In the material below, how many lines contain the string "through"? Reply with the number only.

-=-=-

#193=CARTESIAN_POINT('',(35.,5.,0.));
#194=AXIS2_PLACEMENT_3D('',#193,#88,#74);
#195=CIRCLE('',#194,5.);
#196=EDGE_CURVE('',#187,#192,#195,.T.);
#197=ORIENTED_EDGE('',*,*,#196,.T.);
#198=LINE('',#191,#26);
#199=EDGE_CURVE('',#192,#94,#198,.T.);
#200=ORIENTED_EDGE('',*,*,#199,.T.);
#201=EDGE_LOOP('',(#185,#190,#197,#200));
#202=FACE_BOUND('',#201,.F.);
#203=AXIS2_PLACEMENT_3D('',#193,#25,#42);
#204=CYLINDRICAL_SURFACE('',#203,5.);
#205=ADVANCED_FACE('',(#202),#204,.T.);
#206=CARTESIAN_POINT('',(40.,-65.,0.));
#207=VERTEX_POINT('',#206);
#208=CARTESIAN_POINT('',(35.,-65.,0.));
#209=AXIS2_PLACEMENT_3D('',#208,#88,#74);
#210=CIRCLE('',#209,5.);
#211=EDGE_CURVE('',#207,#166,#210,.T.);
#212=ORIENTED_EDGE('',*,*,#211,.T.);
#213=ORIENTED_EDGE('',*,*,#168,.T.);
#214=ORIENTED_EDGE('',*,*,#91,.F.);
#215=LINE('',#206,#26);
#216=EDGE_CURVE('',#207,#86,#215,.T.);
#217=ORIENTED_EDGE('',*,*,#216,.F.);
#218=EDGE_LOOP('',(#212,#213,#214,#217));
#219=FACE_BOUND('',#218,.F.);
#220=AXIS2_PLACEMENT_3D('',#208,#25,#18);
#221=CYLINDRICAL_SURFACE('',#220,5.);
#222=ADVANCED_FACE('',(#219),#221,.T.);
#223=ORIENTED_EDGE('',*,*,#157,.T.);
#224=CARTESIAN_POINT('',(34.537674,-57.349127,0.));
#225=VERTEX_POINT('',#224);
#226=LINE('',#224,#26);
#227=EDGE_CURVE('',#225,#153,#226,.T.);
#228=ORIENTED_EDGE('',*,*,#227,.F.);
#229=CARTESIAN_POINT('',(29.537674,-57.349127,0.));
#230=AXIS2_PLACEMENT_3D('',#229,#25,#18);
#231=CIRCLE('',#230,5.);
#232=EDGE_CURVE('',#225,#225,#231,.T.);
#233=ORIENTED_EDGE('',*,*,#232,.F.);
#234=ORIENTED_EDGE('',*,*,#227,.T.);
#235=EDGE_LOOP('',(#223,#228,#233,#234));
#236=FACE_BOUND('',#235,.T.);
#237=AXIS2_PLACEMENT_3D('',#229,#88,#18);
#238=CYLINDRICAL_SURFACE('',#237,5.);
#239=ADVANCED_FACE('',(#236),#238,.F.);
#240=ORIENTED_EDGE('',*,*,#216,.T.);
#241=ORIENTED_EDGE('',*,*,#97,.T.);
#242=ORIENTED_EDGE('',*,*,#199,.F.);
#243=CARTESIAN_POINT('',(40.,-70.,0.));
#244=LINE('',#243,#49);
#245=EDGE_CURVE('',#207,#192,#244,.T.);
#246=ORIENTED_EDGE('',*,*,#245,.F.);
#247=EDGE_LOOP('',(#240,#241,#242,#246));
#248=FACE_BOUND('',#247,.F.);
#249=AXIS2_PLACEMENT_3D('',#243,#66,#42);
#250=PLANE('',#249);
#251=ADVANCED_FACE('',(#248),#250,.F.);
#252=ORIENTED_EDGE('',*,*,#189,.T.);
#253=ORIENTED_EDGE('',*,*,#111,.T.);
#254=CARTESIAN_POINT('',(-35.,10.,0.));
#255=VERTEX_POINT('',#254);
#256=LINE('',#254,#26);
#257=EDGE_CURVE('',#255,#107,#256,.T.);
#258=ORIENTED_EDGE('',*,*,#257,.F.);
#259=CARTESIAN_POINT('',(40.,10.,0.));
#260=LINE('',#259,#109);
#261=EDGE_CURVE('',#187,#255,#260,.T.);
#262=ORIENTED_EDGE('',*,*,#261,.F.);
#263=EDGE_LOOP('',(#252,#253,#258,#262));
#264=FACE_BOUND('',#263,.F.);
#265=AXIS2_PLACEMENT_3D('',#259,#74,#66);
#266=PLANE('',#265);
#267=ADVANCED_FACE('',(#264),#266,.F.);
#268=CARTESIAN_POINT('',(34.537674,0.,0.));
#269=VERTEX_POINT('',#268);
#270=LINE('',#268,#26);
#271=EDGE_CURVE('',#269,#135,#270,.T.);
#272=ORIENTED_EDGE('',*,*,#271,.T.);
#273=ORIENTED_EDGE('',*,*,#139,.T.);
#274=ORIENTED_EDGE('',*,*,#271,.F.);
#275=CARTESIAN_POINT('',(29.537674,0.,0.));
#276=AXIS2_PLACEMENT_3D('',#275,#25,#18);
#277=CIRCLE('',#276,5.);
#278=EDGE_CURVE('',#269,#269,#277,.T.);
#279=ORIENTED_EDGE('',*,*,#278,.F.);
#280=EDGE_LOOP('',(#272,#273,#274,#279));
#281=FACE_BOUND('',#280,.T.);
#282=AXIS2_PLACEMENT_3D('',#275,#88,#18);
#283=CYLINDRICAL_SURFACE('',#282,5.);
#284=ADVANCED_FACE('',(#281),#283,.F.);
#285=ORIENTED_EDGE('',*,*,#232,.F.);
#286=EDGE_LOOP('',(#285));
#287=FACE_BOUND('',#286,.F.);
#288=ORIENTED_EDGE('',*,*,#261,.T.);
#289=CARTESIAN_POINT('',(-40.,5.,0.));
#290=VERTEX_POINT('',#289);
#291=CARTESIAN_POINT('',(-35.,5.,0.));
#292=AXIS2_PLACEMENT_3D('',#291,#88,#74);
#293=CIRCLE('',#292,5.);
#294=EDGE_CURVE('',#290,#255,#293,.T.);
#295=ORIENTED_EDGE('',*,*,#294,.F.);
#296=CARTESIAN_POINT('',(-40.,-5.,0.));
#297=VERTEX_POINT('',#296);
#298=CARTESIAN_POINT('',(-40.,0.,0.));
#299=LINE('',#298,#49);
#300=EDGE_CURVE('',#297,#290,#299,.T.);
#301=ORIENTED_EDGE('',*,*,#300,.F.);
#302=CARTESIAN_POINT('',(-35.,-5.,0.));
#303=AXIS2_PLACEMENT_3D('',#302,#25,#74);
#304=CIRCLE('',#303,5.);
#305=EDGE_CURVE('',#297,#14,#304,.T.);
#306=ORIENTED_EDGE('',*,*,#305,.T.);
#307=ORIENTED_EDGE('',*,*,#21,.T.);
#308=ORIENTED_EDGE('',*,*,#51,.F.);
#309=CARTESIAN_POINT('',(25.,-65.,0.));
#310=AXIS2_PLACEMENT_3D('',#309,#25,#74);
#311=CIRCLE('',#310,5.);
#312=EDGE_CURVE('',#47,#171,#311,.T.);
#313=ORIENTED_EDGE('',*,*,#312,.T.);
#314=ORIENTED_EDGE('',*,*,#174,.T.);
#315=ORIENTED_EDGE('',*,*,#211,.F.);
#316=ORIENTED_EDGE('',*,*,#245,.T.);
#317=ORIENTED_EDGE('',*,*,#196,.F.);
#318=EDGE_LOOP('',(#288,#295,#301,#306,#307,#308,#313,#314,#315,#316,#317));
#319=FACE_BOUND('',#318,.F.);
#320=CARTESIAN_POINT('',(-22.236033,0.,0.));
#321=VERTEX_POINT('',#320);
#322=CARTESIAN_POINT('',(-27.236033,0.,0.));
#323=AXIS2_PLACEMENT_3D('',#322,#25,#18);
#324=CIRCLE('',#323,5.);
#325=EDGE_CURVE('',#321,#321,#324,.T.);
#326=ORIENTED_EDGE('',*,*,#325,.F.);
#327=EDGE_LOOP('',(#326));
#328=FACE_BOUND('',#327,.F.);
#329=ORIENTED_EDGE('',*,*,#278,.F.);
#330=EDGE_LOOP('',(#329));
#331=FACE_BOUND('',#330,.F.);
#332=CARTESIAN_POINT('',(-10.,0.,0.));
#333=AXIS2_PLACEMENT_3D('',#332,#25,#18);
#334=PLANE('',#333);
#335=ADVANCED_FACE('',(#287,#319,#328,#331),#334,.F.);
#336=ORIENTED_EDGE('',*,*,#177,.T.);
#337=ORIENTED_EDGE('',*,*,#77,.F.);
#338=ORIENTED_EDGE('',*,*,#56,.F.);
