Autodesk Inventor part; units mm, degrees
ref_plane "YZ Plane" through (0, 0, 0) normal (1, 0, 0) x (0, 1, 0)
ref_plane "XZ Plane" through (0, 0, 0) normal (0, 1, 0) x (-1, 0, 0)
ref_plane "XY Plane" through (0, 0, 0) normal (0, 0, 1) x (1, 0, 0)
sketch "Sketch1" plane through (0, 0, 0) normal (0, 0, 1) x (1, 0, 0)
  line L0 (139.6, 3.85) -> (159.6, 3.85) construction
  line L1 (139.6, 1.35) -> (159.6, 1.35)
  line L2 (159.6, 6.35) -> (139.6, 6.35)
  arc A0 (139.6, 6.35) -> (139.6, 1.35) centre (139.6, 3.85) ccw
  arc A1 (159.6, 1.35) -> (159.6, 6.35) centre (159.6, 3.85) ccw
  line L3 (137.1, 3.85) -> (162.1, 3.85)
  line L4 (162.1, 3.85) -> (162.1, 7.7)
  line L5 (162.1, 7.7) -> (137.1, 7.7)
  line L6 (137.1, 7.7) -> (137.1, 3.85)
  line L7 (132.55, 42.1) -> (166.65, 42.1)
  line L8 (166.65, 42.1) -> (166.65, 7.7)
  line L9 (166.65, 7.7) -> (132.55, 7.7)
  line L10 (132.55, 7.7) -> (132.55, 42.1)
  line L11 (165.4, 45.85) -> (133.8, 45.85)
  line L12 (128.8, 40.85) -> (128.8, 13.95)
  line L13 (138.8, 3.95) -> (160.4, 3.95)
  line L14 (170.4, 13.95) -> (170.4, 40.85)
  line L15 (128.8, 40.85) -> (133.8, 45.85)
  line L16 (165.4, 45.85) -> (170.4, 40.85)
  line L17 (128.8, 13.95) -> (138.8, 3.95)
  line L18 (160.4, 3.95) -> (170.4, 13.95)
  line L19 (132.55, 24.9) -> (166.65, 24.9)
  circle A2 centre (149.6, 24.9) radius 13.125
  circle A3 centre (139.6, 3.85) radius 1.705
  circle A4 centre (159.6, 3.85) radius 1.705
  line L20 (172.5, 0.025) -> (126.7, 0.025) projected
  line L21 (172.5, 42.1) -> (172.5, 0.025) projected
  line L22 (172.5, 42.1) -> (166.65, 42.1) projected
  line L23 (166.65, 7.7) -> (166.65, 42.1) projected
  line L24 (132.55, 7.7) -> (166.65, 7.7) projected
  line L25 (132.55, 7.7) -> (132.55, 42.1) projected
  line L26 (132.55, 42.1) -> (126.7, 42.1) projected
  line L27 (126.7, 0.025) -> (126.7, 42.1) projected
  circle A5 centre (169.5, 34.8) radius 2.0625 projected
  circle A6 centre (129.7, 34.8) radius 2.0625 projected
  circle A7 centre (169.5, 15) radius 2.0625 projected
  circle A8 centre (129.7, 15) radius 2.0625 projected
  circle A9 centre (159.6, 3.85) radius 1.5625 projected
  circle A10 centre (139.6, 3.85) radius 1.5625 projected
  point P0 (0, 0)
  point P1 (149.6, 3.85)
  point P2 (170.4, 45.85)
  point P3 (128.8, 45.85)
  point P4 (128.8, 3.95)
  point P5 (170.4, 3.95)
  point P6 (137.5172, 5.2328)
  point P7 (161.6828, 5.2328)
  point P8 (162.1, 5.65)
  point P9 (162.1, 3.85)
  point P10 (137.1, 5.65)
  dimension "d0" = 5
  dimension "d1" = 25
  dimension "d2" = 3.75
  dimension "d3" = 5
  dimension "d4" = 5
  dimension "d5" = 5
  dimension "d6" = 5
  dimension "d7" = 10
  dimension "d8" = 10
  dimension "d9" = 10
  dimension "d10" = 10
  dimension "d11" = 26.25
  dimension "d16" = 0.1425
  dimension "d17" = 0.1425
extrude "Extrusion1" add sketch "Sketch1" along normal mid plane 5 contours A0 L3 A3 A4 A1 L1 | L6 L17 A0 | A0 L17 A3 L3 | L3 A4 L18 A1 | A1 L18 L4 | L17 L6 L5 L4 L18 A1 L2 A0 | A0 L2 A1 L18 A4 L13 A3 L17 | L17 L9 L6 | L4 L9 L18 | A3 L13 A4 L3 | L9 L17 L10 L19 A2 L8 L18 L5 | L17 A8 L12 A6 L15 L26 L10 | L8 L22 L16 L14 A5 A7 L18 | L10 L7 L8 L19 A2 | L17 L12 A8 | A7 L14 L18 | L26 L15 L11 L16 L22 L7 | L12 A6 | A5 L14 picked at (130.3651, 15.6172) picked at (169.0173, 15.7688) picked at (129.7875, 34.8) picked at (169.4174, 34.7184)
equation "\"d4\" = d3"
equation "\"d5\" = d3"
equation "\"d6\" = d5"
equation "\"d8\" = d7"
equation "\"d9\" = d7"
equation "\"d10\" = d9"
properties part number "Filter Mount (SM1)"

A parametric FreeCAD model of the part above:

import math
import FreeCAD as App
import Part
import Sketcher

V = App.Vector

doc = App.newDocument("Part")
body = doc.addObject("PartDesign::Body", "Body")

sketch1 = body.newObject("Sketcher::SketchObject", "Sketch")
sketch1.AttachmentSupport = (doc.getObject("XY_Plane"), [""])
sketch1.MapMode = "FlatFace"
sketch1.addGeometry([
    Part.ArcOfCircle(Part.Circle(V(139.6, 3.9, 0), V(0, 0, 1), 2.5), math.radians(180), math.radians(270)),
    Part.LineSegment(V(139.6, 1.4, 0), V(159.6, 1.4, 0)),
    Part.ArcOfCircle(Part.Circle(V(159.6, 3.9, 0), V(0, 0, 1), 2.5), math.radians(-90), math.radians(0)),
    Part.LineSegment(V(162.1, 3.9, 0), V(162.1, 5.7, 0)),
    Part.LineSegment(V(162.1, 5.7, 0), V(170.4, 13.9, 0)),
    Part.LineSegment(V(170.4, 13.9, 0), V(170.4, 40.9, 0)),
    Part.LineSegment(V(170.4, 40.9, 0), V(165.4, 45.9, 0)),
    Part.LineSegment(V(165.4, 45.9, 0), V(133.8, 45.9, 0)),
    Part.LineSegment(V(133.8, 45.9, 0), V(128.8, 40.9, 0)),
    Part.LineSegment(V(128.8, 40.9, 0), V(128.8, 13.9, 0)),
    Part.LineSegment(V(128.8, 13.9, 0), V(137.1, 5.7, 0)),
    Part.LineSegment(V(137.1, 5.7, 0), V(137.1, 3.9, 0)),
    Part.Circle(V(139.6, 3.9, 0), V(0, 0, 1), 1.7),
    Part.Circle(V(159.6, 3.9, 0), V(0, 0, 1), 1.7),
    Part.Circle(V(149.6, 24.9, 0), V(0, 0, 1), 13.1),
], False)
sketch1.addConstraint([
    Sketcher.Constraint("Tangent", 0, 2, 1, 1),
    Sketcher.Constraint("Tangent", 1, 2, 2, 1),
    Sketcher.Constraint("Tangent", 2, 2, 3, 1),
    Sketcher.Constraint("Coincident", 3, 2, 4, 1),
    Sketcher.Constraint("Coincident", 4, 2, 5, 1),
    Sketcher.Constraint("Coincident", 5, 2, 6, 1),
    Sketcher.Constraint("Coincident", 6, 2, 7, 1),
    Sketcher.Constraint("Coincident", 7, 2, 8, 1),
    Sketcher.Constraint("Coincident", 8, 2, 9, 1),
    Sketcher.Constraint("Coincident", 9, 2, 10, 1),
    Sketcher.Constraint("Coincident", 10, 2, 11, 1),
    Sketcher.Constraint("Tangent", 11, 2, 0, 1),
    Sketcher.Constraint("Horizontal", 1),
    Sketcher.Constraint("Vertical", 3),
    Sketcher.Constraint("Vertical", 5),
    Sketcher.Constraint("Horizontal", 7),
    Sketcher.Constraint("Vertical", 9),
    Sketcher.Constraint("Vertical", 11),
    Sketcher.Constraint("Coincident", 12, 3, 0, 3),
    Sketcher.Constraint("Coincident", 13, 3, 2, 3),
    Sketcher.Constraint("Equal", 0, 2),
    Sketcher.Constraint("Equal", 12, 13),
    Sketcher.Constraint("Perpendicular", 4, 6),
    Sketcher.Constraint("Perpendicular", 6, 8),
    Sketcher.Constraint("Perpendicular", 8, 10),
    Sketcher.Constraint("Horizontal", 5, 2, 8, 2),
    Sketcher.Constraint("Horizontal", 4, 2, 9, 2),
    Sketcher.Constraint("Horizontal", 3, 2, 10, 2),
    Sketcher.Constraint("Equal", 6, 8),
    Sketcher.Constraint("Radius", 0, 2.5),
    Sketcher.Constraint("Diameter", 14, 26.25),
    Sketcher.Constraint("DistanceX", 0, 3, 14, 3, 10.0),
    Sketcher.Constraint("DistanceX", 14, 3, 2, 3, 10.0),
    Sketcher.Constraint("DistanceX", 6, 2, 5, 2, 5.0),
    Sketcher.Constraint("Diameter", 12, 3.41),
    Sketcher.Constraint("DistanceX", 7, 2, 7, 1, 31.6),
    Sketcher.Constraint("DistanceY", 3, 1, 3, 2, 1.8),
    Sketcher.Constraint("DistanceY", 5, 1, 5, 2, 26.9),
    Sketcher.Constraint("DistanceX", -1, 1, 0, 3, 139.6),
    Sketcher.Constraint("DistanceY", -1, 1, 14, 3, 24.9),
    Sketcher.Constraint("DistanceY", -1, 1, 0, 3, 3.85),
])
pad1 = body.newObject("PartDesign::Pad", "Pad")
pad1.Profile = sketch1
pad1.Length = 5
pad1.Midplane = True

doc.recompute()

-=-=-

- **Answer for the task**:
4